SQL-RS has comprehensive test coverage with 147+ passing tests:

# Run all tests
cargo test

# Run specific test suites
cargo test --test vector_examples_test      # Vector database tests
cargo test --test vector_advanced_tests     # Advanced vector tests
cargo test --test delete_drop_tests         # DELETE and DROP tests
cargo test --test aggregate_tests           # Aggregate functions
cargo test --test group_by_tests            # GROUP BY tests
cargo test --test join_tests                # JOIN tests
cargo test --test index_tests               # Index tests

Development

Built with:

  • Rust Edition 2024: Latest Rust features and improvements
  • clap 4.5: Command-line interface parsing
  • serde/serde_json: Serialization and deserialization
  • bincode: Binary encoding for efficient storage
  • parking_lot: High-performance synchronization primitives
  • memmap2: Memory-mapped file I/O
  • thiserror/anyhow: Robust error handling
  • tempfile: Test file management

Project Structure

src/
├── lib.rs              # Main library entry point
├── main.rs             # CLI entry point
├── cli/                # Command-line interface
│   └── commands.rs     # Command handlers
├── storage/            # B-tree, WAL, transactions, statistics
│   ├── btree.rs        # B-tree implementation
│   ├── wal.rs          # Write-ahead logging
│   ├── transaction.rs  # Transaction manager
│   ├── file.rs         # File management
│   ├── page.rs         # Page management
│   └── stats.rs        # Database statistics
├── vector/             # HNSW index, similarity metrics
│   ├── collection.rs   # Vector collection
│   ├── hnsw.rs         # HNSW index
│   ├── similarity.rs   # Distance metrics
│   ├── quantization.rs # Vector quantization
│   └── store.rs        # Vector store
├── query/              # SQL parser and executor
│   ├── parser.rs       # SQL parsing
│   ├── planner.rs      # Query planning
│   └── executor.rs     # Query execution
└── types/              # Core data types and schemas

Code Quality

  • rustfmt.toml: Consistent code formatting configuration
  • clippy.toml: Lint rules and warnings configuration
  • 147+ tests: Comprehensive unit and integration tests
  • Apache 2.0 License: Permissive open-source license

Building

cargo build                   # Debug build
cargo build --release         # Release build (optimized)
cargo fmt                     # Format code with rustfmt
cargo clippy                  # Run linter

Roadmap

See TODO.md for planned features and improvements including:

  • Interactive REPL mode
  • Query optimizer
  • Import/export (CSV, JSON)
  • Database backup/restore
  • CI/CD pipeline
  • And more...

Documentation

License

Copyright 2025 SQL-RS Contributors

Licensed under the Apache License, Version 2.0 (the "License"); you may not use this file except in compliance with the License.

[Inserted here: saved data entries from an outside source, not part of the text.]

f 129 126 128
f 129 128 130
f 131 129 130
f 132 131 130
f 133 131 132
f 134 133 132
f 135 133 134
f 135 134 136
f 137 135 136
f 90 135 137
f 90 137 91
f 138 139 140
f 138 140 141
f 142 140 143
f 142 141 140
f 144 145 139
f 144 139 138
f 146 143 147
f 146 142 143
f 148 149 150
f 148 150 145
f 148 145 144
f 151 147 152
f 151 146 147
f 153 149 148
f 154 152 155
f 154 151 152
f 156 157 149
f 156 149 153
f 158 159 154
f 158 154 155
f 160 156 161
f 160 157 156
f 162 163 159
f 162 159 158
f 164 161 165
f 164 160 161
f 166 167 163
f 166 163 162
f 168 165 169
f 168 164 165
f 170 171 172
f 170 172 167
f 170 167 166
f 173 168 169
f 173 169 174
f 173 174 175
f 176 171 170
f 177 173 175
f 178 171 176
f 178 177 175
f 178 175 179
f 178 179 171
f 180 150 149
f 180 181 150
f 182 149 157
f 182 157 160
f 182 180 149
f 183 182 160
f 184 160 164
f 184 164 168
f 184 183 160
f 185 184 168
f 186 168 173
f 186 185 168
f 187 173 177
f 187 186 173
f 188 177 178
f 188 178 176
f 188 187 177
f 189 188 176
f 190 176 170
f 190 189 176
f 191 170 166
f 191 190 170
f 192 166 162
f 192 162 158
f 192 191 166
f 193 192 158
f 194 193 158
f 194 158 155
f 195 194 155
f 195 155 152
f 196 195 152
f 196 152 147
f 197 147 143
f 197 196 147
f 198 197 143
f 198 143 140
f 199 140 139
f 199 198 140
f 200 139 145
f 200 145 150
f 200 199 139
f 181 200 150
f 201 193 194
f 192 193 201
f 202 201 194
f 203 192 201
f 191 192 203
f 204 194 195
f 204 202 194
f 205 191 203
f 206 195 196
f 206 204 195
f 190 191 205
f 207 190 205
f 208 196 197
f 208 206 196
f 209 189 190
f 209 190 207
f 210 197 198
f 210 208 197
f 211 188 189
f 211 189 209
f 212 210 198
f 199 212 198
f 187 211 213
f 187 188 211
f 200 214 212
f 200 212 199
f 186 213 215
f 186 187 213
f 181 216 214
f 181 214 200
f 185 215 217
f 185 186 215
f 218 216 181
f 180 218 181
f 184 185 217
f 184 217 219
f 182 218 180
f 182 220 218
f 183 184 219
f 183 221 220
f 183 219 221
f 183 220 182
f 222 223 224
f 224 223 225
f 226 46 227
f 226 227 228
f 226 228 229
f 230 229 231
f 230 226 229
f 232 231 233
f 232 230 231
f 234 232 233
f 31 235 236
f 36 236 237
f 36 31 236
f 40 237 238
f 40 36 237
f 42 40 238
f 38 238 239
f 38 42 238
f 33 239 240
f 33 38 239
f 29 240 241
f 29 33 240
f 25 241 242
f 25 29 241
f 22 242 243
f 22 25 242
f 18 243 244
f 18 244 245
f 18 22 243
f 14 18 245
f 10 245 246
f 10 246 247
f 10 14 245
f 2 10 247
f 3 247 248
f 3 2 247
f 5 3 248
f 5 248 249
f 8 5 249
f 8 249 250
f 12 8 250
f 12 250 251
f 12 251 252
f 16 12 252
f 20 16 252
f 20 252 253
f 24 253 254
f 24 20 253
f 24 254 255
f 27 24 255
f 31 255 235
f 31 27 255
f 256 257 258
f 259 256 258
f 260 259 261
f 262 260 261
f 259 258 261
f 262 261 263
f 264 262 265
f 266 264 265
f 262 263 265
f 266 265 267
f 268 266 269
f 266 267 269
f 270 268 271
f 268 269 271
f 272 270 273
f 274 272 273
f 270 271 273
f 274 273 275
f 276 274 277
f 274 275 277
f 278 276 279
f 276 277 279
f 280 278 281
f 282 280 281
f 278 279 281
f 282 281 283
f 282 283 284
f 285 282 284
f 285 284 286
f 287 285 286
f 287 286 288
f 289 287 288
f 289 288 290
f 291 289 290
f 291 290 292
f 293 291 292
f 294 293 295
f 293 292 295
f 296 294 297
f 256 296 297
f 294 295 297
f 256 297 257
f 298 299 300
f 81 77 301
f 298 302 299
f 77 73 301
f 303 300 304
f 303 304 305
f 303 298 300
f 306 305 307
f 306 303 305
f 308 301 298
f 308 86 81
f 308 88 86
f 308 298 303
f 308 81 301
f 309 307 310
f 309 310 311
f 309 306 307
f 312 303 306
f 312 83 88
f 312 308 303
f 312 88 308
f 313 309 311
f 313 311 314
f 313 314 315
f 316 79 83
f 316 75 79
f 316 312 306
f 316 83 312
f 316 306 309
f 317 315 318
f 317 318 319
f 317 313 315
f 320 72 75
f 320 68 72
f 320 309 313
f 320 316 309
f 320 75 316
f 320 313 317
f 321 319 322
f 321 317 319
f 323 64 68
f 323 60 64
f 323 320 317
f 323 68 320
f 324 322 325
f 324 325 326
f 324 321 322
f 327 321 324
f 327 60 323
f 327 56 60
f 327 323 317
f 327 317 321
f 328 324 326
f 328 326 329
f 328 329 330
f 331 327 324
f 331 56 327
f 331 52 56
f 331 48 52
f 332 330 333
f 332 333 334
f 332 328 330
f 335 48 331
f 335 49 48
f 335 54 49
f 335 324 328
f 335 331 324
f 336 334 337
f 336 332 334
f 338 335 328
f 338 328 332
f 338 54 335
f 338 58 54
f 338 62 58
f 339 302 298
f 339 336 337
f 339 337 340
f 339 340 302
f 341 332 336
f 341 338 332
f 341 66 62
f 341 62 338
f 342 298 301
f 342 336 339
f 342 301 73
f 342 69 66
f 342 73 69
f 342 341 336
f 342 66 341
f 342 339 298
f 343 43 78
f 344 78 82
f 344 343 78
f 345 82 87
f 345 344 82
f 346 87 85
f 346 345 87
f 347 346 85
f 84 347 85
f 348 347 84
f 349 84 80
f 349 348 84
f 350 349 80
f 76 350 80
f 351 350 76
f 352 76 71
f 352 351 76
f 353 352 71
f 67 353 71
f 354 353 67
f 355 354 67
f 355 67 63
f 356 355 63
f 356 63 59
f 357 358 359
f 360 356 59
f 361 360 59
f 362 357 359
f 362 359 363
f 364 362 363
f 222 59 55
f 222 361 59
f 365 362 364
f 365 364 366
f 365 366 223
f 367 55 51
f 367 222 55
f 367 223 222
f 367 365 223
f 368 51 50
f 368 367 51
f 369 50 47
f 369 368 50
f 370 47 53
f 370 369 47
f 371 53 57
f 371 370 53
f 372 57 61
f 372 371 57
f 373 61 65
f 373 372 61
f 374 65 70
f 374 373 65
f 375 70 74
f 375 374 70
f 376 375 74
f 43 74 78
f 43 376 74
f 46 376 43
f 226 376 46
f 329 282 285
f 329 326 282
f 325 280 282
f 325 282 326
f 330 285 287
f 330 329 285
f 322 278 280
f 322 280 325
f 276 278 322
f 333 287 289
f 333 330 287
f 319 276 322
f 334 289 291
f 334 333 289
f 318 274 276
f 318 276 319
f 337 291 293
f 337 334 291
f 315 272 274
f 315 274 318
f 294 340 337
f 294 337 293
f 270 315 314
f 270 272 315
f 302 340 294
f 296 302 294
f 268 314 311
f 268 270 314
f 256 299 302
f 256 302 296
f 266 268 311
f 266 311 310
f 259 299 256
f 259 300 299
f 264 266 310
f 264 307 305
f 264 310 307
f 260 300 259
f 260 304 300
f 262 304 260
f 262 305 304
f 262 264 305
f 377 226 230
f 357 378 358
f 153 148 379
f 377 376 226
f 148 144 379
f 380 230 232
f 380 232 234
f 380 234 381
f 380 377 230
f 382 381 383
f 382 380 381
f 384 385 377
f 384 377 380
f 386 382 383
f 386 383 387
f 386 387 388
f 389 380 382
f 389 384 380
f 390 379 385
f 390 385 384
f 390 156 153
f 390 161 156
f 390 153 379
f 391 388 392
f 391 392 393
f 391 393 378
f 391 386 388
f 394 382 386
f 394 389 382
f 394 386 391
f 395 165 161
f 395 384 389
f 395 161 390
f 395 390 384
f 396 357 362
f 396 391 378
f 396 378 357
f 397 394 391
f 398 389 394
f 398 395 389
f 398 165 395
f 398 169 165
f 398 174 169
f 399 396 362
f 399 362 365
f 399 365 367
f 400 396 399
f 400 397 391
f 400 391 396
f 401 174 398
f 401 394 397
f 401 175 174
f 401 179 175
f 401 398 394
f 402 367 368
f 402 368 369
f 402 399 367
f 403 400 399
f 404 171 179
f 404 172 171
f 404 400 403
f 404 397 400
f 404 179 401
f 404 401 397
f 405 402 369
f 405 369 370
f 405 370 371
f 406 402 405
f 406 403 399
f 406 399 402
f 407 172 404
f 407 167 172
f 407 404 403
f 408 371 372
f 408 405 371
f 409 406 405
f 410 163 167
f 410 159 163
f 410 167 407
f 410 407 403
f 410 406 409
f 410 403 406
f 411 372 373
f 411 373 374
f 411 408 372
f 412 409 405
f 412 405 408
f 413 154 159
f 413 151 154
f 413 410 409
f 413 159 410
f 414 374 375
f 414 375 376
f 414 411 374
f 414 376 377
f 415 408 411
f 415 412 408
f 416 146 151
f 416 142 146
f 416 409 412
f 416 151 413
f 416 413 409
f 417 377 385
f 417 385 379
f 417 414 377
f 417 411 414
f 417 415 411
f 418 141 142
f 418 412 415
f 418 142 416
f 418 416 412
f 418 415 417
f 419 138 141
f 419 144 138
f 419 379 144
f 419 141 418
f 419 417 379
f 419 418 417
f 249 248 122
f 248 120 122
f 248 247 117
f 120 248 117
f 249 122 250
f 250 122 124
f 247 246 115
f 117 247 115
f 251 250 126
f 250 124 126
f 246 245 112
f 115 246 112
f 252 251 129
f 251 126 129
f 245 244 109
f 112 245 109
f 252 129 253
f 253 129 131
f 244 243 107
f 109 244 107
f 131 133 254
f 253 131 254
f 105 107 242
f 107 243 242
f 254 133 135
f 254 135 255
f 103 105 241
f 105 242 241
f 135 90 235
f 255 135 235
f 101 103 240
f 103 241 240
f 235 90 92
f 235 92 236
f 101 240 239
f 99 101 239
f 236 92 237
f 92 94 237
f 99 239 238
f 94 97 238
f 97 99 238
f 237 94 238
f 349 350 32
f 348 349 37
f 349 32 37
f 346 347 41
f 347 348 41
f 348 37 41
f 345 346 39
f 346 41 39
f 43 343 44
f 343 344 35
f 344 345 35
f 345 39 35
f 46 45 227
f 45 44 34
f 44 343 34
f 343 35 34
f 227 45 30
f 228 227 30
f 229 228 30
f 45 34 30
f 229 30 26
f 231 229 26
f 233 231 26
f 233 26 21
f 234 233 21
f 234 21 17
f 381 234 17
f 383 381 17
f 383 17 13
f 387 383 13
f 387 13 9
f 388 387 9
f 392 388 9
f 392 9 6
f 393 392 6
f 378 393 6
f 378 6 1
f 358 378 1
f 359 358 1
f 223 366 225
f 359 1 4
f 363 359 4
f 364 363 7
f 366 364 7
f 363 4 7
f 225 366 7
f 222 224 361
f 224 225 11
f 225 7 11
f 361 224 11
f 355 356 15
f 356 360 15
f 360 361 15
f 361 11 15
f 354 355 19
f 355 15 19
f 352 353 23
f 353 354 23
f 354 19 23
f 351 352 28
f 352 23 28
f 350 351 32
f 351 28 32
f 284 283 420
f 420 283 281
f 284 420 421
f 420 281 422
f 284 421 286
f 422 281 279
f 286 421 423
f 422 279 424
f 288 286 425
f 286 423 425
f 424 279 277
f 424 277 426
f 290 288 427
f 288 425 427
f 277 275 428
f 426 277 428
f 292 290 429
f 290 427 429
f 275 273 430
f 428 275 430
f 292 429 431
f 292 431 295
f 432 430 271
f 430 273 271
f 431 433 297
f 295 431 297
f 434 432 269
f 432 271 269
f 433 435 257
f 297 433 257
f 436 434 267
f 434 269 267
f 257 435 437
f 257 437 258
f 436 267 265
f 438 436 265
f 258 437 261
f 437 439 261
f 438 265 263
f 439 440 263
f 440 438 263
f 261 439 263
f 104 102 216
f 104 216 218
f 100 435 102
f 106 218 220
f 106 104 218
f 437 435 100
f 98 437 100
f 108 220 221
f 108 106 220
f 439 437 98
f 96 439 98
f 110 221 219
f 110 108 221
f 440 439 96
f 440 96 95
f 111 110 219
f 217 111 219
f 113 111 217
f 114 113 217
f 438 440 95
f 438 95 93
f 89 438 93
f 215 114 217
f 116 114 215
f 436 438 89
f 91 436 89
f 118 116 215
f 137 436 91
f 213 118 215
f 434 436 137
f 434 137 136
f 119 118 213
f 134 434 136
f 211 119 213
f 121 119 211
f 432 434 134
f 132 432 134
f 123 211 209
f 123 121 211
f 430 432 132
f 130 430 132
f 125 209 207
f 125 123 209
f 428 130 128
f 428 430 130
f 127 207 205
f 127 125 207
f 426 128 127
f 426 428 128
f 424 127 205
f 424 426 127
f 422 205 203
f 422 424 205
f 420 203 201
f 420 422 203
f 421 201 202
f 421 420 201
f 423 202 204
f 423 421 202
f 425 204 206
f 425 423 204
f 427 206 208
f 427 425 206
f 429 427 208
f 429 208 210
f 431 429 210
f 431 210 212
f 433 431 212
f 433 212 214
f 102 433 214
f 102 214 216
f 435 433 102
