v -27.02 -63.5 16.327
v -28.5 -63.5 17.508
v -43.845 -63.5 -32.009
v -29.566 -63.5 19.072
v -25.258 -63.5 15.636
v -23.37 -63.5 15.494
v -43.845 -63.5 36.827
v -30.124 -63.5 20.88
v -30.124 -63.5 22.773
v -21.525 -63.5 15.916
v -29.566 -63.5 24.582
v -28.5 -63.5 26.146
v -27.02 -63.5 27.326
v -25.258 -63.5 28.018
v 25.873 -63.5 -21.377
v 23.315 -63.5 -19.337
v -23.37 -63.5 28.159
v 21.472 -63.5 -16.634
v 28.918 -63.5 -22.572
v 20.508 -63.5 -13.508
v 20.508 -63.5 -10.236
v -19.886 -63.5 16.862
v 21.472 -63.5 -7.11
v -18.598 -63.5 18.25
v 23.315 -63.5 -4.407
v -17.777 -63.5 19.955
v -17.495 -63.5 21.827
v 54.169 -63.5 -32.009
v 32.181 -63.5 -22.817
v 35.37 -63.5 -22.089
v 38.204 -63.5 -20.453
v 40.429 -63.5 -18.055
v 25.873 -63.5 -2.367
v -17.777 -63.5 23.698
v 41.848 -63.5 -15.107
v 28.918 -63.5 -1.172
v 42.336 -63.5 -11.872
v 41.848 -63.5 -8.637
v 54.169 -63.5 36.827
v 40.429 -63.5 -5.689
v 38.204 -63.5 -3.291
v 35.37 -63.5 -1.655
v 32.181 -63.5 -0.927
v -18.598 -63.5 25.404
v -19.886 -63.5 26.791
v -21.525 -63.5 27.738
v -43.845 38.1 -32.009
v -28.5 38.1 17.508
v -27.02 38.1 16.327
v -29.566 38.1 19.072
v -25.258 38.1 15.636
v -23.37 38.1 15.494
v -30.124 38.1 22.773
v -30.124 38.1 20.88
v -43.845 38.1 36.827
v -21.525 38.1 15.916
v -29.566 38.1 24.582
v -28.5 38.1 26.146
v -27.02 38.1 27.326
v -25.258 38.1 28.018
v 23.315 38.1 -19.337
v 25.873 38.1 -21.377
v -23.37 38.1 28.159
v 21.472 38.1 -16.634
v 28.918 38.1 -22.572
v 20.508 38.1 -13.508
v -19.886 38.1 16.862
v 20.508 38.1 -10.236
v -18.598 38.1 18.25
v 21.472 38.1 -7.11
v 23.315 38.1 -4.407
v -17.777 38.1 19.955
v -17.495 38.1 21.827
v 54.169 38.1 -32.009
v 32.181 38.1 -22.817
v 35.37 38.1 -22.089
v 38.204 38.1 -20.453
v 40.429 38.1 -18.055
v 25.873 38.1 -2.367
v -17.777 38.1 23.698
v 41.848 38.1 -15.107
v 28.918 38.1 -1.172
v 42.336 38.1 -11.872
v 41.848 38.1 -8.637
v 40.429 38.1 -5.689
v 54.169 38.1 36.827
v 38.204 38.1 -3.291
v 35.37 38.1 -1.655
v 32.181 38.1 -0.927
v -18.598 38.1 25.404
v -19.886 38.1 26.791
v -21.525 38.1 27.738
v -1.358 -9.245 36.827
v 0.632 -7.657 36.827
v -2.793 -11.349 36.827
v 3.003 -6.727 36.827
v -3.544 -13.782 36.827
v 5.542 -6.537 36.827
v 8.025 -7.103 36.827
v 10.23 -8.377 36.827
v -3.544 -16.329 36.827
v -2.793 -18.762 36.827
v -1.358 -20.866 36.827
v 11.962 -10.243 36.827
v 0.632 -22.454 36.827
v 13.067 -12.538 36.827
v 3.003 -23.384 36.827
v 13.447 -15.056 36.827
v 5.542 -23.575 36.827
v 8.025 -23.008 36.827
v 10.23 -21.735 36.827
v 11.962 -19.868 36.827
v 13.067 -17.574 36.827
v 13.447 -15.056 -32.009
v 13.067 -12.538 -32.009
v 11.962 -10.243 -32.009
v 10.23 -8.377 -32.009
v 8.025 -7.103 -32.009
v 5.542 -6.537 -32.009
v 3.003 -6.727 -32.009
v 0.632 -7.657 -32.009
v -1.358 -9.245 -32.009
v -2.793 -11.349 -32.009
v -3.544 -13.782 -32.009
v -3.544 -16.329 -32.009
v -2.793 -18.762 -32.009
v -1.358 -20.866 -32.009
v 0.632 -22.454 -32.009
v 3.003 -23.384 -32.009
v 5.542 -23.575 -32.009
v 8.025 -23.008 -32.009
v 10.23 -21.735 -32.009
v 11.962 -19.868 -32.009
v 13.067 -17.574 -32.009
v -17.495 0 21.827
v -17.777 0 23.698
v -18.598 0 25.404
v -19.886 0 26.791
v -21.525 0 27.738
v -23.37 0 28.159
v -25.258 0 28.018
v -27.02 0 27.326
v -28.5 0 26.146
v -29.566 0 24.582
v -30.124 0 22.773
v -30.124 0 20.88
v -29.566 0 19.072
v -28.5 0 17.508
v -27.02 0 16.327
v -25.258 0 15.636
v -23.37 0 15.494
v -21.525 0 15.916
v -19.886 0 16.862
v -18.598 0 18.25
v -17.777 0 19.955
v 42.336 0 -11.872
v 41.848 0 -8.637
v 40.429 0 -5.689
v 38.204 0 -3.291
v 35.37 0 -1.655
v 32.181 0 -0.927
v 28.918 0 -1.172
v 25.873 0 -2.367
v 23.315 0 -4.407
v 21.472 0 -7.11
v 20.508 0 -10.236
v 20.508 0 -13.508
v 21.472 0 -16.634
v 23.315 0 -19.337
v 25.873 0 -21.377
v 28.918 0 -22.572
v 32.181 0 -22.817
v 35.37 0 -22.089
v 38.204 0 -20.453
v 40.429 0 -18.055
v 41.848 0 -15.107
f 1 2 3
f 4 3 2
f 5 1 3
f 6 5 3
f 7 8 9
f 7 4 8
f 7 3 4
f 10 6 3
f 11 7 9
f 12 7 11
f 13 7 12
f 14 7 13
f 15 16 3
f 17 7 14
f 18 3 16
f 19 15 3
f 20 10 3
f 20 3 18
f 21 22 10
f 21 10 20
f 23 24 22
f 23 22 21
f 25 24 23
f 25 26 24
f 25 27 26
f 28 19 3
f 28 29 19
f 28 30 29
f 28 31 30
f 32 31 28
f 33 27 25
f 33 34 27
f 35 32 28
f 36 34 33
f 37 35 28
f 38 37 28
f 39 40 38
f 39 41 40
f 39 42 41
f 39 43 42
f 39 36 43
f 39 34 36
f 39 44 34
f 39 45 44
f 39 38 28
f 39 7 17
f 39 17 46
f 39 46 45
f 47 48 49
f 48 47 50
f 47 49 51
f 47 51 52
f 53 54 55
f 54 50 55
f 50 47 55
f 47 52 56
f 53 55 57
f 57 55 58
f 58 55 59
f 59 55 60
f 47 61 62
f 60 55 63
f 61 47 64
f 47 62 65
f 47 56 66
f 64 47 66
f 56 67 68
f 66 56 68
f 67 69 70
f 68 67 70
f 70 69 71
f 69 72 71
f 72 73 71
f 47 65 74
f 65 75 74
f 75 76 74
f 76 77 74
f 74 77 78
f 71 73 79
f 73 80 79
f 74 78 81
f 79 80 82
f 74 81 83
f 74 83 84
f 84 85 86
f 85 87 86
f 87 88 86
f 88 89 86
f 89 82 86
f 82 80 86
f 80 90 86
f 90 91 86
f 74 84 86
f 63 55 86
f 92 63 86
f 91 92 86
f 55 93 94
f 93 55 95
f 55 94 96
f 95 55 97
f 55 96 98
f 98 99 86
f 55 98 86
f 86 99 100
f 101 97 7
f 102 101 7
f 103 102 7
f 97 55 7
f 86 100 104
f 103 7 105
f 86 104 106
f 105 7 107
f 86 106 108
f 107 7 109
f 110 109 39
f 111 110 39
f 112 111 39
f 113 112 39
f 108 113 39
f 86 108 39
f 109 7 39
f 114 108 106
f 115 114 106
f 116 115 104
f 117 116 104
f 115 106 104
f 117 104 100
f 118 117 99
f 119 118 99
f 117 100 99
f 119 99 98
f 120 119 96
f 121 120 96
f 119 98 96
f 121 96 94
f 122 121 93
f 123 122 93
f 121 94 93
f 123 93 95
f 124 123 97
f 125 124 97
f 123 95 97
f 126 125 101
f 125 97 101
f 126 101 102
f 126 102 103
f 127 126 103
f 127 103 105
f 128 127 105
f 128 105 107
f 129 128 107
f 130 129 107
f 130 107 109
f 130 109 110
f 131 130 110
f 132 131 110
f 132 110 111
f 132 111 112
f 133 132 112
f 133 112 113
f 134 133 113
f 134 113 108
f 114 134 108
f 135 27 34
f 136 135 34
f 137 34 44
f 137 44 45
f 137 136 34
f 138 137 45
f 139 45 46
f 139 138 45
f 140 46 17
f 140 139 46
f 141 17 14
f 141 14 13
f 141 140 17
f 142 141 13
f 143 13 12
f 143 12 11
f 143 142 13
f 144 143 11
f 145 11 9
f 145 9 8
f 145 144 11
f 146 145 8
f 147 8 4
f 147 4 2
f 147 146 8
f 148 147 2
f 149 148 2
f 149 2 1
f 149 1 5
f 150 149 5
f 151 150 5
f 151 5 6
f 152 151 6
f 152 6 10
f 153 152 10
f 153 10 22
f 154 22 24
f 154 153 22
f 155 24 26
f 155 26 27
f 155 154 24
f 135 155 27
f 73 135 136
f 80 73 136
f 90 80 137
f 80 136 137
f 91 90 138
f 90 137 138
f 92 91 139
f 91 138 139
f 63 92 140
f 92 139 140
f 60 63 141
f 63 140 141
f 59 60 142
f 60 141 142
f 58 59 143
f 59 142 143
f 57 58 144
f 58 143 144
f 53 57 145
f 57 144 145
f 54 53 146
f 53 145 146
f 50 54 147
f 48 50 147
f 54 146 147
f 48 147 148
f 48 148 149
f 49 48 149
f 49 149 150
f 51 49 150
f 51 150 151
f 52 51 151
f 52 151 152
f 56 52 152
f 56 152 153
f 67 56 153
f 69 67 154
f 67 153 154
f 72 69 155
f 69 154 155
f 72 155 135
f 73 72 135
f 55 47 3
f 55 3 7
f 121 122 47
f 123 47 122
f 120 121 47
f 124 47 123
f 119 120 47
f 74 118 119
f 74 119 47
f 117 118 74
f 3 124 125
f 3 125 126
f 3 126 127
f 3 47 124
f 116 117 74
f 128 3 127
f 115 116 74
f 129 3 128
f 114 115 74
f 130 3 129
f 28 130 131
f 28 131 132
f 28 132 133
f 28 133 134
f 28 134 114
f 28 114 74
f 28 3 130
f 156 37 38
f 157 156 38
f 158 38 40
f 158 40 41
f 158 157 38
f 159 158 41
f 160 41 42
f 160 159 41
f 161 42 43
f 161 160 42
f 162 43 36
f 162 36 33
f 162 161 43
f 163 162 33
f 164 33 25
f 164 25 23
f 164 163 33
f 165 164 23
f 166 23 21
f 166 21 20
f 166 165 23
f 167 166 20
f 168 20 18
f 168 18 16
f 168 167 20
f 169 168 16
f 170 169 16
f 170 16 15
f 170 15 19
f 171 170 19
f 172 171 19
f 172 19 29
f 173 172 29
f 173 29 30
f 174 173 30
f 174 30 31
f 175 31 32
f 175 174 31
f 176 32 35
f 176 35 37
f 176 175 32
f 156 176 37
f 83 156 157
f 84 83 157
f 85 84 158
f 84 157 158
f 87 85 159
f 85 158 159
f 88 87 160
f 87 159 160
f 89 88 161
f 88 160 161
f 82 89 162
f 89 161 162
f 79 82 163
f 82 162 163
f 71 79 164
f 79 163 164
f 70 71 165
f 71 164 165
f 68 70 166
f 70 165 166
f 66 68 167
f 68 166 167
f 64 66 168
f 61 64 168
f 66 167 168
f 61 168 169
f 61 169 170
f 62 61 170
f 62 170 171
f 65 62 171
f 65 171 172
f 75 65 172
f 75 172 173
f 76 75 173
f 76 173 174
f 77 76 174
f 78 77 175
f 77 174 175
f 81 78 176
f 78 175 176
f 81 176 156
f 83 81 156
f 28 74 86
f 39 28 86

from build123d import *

# Parameters (mm, degrees)
F0_W          = 98.013702
F0_H          = 68.835622
F0_R          = 10.97537
F0_R_2        = 6.35
F1_DEPTH      = 63.5
F1_DEPTH_BACK = 38.1
F2_R          = 8.54279
F3_DEPTH      = 68.836623


with BuildPart() as f1:
    # F0 (on Front) → F1 (new body, two sides)
    with BuildSketch(Plane.XZ) as f1_sk:
        with Locations((5.161934, 2.408902)):
            Rectangle(F0_W, F0_H)
        with Locations((31.360572, -11.87192)):
            Circle(F0_R, mode=Mode.SUBTRACT)
        with Locations((-23.844917, 21.826713)):
            Circle(F0_R_2, mode=Mode.SUBTRACT)
    extrude(amount=F1_DEPTH)
    extrude(f1_sk.sketch, amount=-F1_DEPTH_BACK)

    # F2 (on face) → F3 (cut, through all)
    with BuildSketch(Plane.XY.offset(36.826713)):
        with Locations((4.90384, -15.055645)):
            Circle(F2_R)
    extrude(amount=-F3_DEPTH, mode=Mode.SUBTRACT)


solid = f1.part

You may obtain a copy of the License at

http://www.apache.org/licenses/LICENSE-2.0

Unless required by applicable law or agreed to in writing, software distributed under the License is distributed on an "AS IS" BASIS, WITHOUT WARRANTIES OR CONDITIONS OF ANY KIND, either express or implied. See the License for the specific language governing permissions and limitations under the License.